→ WHAT YOU NEED TO DO: Repeat verbatim only the lines from the opening of the material below through the one that contains "v -18.691 -20 30.358".

→ MATERIALS PROVIDED:
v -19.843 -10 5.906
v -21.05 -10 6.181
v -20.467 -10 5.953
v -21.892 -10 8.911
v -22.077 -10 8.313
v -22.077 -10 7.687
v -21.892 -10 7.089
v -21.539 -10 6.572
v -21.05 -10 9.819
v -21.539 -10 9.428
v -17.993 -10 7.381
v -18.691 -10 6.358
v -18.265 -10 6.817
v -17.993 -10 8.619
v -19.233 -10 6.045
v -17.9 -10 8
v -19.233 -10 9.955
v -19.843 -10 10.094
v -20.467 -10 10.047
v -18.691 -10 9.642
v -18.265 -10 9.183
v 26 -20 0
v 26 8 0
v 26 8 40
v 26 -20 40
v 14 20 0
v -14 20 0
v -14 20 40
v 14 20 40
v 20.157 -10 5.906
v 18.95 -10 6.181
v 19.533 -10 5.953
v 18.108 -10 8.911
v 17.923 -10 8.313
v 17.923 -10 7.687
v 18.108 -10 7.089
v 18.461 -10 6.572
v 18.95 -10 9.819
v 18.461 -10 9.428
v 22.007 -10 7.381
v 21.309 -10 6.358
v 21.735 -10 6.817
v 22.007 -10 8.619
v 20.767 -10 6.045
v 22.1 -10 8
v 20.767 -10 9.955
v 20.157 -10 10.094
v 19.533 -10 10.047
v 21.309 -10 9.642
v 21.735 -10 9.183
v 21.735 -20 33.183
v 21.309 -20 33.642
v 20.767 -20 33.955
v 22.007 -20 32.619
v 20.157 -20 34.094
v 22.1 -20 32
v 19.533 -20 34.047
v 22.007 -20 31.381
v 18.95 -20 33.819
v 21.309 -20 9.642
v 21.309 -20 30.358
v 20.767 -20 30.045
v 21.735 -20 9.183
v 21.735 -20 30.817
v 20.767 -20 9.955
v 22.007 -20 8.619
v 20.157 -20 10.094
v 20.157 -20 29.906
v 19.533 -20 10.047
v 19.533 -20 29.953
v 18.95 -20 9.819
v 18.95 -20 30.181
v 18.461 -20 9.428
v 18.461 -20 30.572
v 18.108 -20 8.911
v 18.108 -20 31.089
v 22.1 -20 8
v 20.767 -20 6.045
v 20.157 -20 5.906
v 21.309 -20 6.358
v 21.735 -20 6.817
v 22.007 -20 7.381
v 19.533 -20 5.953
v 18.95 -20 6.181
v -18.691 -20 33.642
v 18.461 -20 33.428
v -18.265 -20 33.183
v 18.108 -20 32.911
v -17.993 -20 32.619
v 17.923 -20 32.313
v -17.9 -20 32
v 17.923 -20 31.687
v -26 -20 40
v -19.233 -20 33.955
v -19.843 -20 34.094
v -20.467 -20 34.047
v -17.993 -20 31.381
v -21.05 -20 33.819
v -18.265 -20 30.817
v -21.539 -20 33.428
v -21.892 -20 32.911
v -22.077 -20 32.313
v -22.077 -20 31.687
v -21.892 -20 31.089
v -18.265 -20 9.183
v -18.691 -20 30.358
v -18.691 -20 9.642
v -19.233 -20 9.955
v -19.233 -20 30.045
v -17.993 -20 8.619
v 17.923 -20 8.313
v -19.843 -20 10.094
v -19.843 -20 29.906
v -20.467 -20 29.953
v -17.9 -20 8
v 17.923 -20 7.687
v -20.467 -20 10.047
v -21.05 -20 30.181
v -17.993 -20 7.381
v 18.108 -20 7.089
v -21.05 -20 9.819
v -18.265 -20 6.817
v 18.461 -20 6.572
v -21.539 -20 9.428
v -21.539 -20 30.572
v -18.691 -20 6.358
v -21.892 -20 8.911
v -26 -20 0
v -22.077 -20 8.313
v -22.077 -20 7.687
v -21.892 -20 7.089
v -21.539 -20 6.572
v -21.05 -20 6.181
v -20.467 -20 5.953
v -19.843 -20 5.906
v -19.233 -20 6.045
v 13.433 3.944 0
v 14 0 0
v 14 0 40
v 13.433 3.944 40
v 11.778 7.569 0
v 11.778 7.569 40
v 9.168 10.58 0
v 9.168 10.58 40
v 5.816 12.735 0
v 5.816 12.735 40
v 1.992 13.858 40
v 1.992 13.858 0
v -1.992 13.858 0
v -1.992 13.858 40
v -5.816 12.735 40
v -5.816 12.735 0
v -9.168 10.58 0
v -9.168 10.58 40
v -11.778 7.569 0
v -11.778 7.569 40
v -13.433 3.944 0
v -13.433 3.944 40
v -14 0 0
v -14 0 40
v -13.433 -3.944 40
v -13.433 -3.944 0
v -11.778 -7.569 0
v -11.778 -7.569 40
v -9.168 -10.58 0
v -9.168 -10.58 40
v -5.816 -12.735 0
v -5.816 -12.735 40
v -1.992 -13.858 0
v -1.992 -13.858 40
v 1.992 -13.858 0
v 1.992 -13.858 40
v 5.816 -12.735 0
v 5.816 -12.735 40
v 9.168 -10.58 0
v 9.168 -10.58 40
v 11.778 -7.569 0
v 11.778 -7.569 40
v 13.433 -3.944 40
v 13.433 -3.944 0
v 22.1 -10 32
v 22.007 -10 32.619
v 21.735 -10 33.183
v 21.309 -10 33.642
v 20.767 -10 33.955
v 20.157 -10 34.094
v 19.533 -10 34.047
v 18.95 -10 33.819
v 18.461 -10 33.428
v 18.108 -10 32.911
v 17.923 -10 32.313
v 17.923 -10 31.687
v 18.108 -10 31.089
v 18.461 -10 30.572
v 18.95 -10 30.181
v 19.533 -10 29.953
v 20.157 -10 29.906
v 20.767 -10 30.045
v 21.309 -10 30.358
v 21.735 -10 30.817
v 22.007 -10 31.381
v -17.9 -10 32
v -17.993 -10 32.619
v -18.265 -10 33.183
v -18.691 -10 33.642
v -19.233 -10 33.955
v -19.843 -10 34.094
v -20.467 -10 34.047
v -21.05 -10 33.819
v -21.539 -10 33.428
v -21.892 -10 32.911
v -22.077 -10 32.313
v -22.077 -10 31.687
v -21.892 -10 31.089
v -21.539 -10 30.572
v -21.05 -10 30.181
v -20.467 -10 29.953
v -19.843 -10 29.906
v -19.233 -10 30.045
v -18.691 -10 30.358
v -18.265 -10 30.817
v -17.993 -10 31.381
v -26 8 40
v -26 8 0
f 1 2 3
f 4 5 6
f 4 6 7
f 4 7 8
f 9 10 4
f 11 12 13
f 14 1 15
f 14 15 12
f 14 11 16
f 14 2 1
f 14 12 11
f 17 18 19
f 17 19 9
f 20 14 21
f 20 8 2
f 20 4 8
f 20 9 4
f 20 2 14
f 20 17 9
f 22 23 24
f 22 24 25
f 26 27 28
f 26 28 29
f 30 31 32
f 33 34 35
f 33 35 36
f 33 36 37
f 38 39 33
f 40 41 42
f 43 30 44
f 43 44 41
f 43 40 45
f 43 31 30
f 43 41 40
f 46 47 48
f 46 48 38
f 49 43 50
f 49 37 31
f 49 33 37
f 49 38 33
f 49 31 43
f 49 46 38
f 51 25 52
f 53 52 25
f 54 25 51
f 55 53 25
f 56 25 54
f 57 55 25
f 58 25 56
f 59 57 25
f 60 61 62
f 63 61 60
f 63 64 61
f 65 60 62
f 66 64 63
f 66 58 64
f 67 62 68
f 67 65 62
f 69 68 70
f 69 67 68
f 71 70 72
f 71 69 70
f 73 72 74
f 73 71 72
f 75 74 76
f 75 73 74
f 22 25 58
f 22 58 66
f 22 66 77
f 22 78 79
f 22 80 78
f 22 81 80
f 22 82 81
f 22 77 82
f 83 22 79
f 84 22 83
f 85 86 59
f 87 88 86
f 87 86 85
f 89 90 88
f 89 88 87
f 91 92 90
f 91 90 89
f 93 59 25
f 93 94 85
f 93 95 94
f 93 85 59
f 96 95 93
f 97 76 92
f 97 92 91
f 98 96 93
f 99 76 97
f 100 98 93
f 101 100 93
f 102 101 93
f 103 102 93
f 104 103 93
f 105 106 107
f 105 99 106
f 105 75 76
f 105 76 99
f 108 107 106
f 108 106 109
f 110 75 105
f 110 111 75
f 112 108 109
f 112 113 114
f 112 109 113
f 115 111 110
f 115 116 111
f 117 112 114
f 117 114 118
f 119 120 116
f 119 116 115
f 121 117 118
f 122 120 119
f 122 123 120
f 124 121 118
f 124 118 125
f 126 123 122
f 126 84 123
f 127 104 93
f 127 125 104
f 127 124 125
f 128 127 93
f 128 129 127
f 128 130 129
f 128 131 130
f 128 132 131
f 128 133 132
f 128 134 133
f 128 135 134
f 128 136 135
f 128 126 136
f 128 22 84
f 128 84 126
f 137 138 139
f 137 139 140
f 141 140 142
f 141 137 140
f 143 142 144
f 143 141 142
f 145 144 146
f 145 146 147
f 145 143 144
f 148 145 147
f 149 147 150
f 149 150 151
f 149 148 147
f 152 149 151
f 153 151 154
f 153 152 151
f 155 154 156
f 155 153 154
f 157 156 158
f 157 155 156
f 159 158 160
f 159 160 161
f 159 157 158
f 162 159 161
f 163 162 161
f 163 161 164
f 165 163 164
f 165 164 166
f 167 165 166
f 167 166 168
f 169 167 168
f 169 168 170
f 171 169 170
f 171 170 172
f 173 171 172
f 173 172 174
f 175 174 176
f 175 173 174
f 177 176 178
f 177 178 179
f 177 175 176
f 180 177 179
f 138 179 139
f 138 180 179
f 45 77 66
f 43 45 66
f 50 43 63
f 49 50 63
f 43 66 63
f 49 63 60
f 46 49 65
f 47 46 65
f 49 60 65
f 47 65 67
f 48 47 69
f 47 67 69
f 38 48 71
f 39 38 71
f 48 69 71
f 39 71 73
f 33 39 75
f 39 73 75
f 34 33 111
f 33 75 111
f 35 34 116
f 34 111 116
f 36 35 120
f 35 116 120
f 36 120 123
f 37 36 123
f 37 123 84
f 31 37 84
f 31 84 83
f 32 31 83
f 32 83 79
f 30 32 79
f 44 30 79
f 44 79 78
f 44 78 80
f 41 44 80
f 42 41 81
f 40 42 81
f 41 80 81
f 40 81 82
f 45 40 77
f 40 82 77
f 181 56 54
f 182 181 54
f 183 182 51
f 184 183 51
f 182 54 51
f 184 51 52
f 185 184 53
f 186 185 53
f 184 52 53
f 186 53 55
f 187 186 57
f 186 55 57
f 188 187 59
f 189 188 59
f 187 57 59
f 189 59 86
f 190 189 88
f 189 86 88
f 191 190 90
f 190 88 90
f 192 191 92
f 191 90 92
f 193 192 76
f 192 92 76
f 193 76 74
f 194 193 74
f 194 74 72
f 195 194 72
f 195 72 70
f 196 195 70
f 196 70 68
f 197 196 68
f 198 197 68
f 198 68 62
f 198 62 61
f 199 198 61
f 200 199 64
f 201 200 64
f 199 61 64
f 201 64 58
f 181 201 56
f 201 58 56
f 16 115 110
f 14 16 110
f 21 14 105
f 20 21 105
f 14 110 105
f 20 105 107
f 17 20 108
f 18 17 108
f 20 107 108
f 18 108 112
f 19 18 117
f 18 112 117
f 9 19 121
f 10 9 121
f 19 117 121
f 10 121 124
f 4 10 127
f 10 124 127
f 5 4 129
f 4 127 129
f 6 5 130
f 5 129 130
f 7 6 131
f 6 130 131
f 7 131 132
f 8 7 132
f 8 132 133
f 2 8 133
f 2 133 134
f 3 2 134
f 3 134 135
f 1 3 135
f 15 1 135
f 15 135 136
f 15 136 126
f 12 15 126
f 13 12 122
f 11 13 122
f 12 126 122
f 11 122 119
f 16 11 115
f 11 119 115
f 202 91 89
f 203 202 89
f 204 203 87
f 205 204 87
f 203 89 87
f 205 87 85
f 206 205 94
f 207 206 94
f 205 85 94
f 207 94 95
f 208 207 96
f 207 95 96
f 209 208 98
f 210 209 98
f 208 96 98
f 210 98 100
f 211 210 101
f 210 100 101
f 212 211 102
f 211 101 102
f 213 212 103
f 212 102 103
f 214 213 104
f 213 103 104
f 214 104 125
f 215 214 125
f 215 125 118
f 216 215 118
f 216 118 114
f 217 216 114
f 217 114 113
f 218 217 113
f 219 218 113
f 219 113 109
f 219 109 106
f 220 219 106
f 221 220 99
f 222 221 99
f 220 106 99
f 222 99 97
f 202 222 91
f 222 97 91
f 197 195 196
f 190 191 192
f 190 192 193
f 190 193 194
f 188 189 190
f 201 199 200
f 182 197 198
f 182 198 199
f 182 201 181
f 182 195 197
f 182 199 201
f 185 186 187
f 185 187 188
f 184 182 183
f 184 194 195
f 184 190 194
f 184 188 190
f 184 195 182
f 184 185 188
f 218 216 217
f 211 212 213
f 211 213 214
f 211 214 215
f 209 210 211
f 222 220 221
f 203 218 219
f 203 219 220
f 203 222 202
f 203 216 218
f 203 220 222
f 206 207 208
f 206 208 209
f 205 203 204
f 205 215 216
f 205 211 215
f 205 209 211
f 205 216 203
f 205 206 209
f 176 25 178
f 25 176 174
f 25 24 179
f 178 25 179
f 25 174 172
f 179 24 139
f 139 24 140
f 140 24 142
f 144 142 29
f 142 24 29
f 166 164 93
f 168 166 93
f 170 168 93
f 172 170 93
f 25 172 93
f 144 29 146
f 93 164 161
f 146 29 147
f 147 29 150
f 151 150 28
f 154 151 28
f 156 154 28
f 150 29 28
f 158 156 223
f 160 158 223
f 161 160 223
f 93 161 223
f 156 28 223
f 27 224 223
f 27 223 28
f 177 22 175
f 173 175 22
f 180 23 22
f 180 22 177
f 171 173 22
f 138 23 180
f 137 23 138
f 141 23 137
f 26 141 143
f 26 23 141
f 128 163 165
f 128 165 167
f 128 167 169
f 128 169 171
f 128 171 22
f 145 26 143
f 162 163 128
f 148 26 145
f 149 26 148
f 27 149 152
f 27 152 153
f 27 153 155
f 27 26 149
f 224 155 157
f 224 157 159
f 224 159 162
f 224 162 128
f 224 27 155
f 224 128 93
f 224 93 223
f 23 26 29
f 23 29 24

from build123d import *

# Parameters (mm, degrees)
SKETCH1_R           = 14
BOSS_EXTRUDE1_DEPTH = 40
SKETCH2_R           = 2.1
CUT_EXTRUDE1_DEPTH  = 10


with BuildPart() as part:
    # Sketch1 → Boss-Extrude1 (new body)
    with BuildSketch(Plane.XY):
        Polygon((-14, 20), (14, 20), (26, 8), (26, -20), (-26, -20), (-26, 8), align=None)
        Circle(SKETCH1_R, mode=Mode.SUBTRACT)
    extrude(amount=BOSS_EXTRUDE1_DEPTH)

    # Sketch2 → Cut-Extrude1 (cut)
    with BuildSketch(Plane.XZ.offset(20)):
        with Locations((-20, 32)):
            Circle(SKETCH2_R)
        with Locations((20, 32)):
            Circle(SKETCH2_R)
        with Locations((20, 8)):
            Circle(SKETCH2_R)
        with Locations((-20, 8)):
            Circle(SKETCH2_R)
    extrude(amount=-CUT_EXTRUDE1_DEPTH, mode=Mode.SUBTRACT)


solid = part.part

→ RESULT OF THIS TASK:
v -19.843 -10 5.906
v -21.05 -10 6.181
v -20.467 -10 5.953
v -21.892 -10 8.911
v -22.077 -10 8.313
v -22.077 -10 7.687
v -21.892 -10 7.089
v -21.539 -10 6.572
v -21.05 -10 9.819
v -21.539 -10 9.428
v -17.993 -10 7.381
v -18.691 -10 6.358
v -18.265 -10 6.817
v -17.993 -10 8.619
v -19.233 -10 6.045
v -17.9 -10 8
v -19.233 -10 9.955
v -19.843 -10 10.094
v -20.467 -10 10.047
v -18.691 -10 9.642
v -18.265 -10 9.183
v 26 -20 0
v 26 8 0
v 26 8 40
v 26 -20 40
v 14 20 0
v -14 20 0
v -14 20 40
v 14 20 40
v 20.157 -10 5.906
v 18.95 -10 6.181
v 19.533 -10 5.953
v 18.108 -10 8.911
v 17.923 -10 8.313
v 17.923 -10 7.687
v 18.108 -10 7.089
v 18.461 -10 6.572
v 18.95 -10 9.819
v 18.461 -10 9.428
v 22.007 -10 7.381
v 21.309 -10 6.358
v 21.735 -10 6.817
v 22.007 -10 8.619
v 20.767 -10 6.045
v 22.1 -10 8
v 20.767 -10 9.955
v 20.157 -10 10.094
v 19.533 -10 10.047
v 21.309 -10 9.642
v 21.735 -10 9.183
v 21.735 -20 33.183
v 21.309 -20 33.642
v 20.767 -20 33.955
v 22.007 -20 32.619
v 20.157 -20 34.094
v 22.1 -20 32
v 19.533 -20 34.047
v 22.007 -20 31.381
v 18.95 -20 33.819
v 21.309 -20 9.642
v 21.309 -20 30.358
v 20.767 -20 30.045
v 21.735 -20 9.183
v 21.735 -20 30.817
v 20.767 -20 9.955
v 22.007 -20 8.619
v 20.157 -20 10.094
v 20.157 -20 29.906
v 19.533 -20 10.047
v 19.533 -20 29.953
v 18.95 -20 9.819
v 18.95 -20 30.181
v 18.461 -20 9.428
v 18.461 -20 30.572
v 18.108 -20 8.911
v 18.108 -20 31.089
v 22.1 -20 8
v 20.767 -20 6.045
v 20.157 -20 5.906
v 21.309 -20 6.358
v 21.735 -20 6.817
v 22.007 -20 7.381
v 19.533 -20 5.953
v 18.95 -20 6.181
v -18.691 -20 33.642
v 18.461 -20 33.428
v -18.265 -20 33.183
v 18.108 -20 32.911
v -17.993 -20 32.619
v 17.923 -20 32.313
v -17.9 -20 32
v 17.923 -20 31.687
v -26 -20 40
v -19.233 -20 33.955
v -19.843 -20 34.094
v -20.467 -20 34.047
v -17.993 -20 31.381
v -21.05 -20 33.819
v -18.265 -20 30.817
v -21.539 -20 33.428
v -21.892 -20 32.911
v -22.077 -20 32.313
v -22.077 -20 31.687
v -21.892 -20 31.089
v -18.265 -20 9.183
v -18.691 -20 30.358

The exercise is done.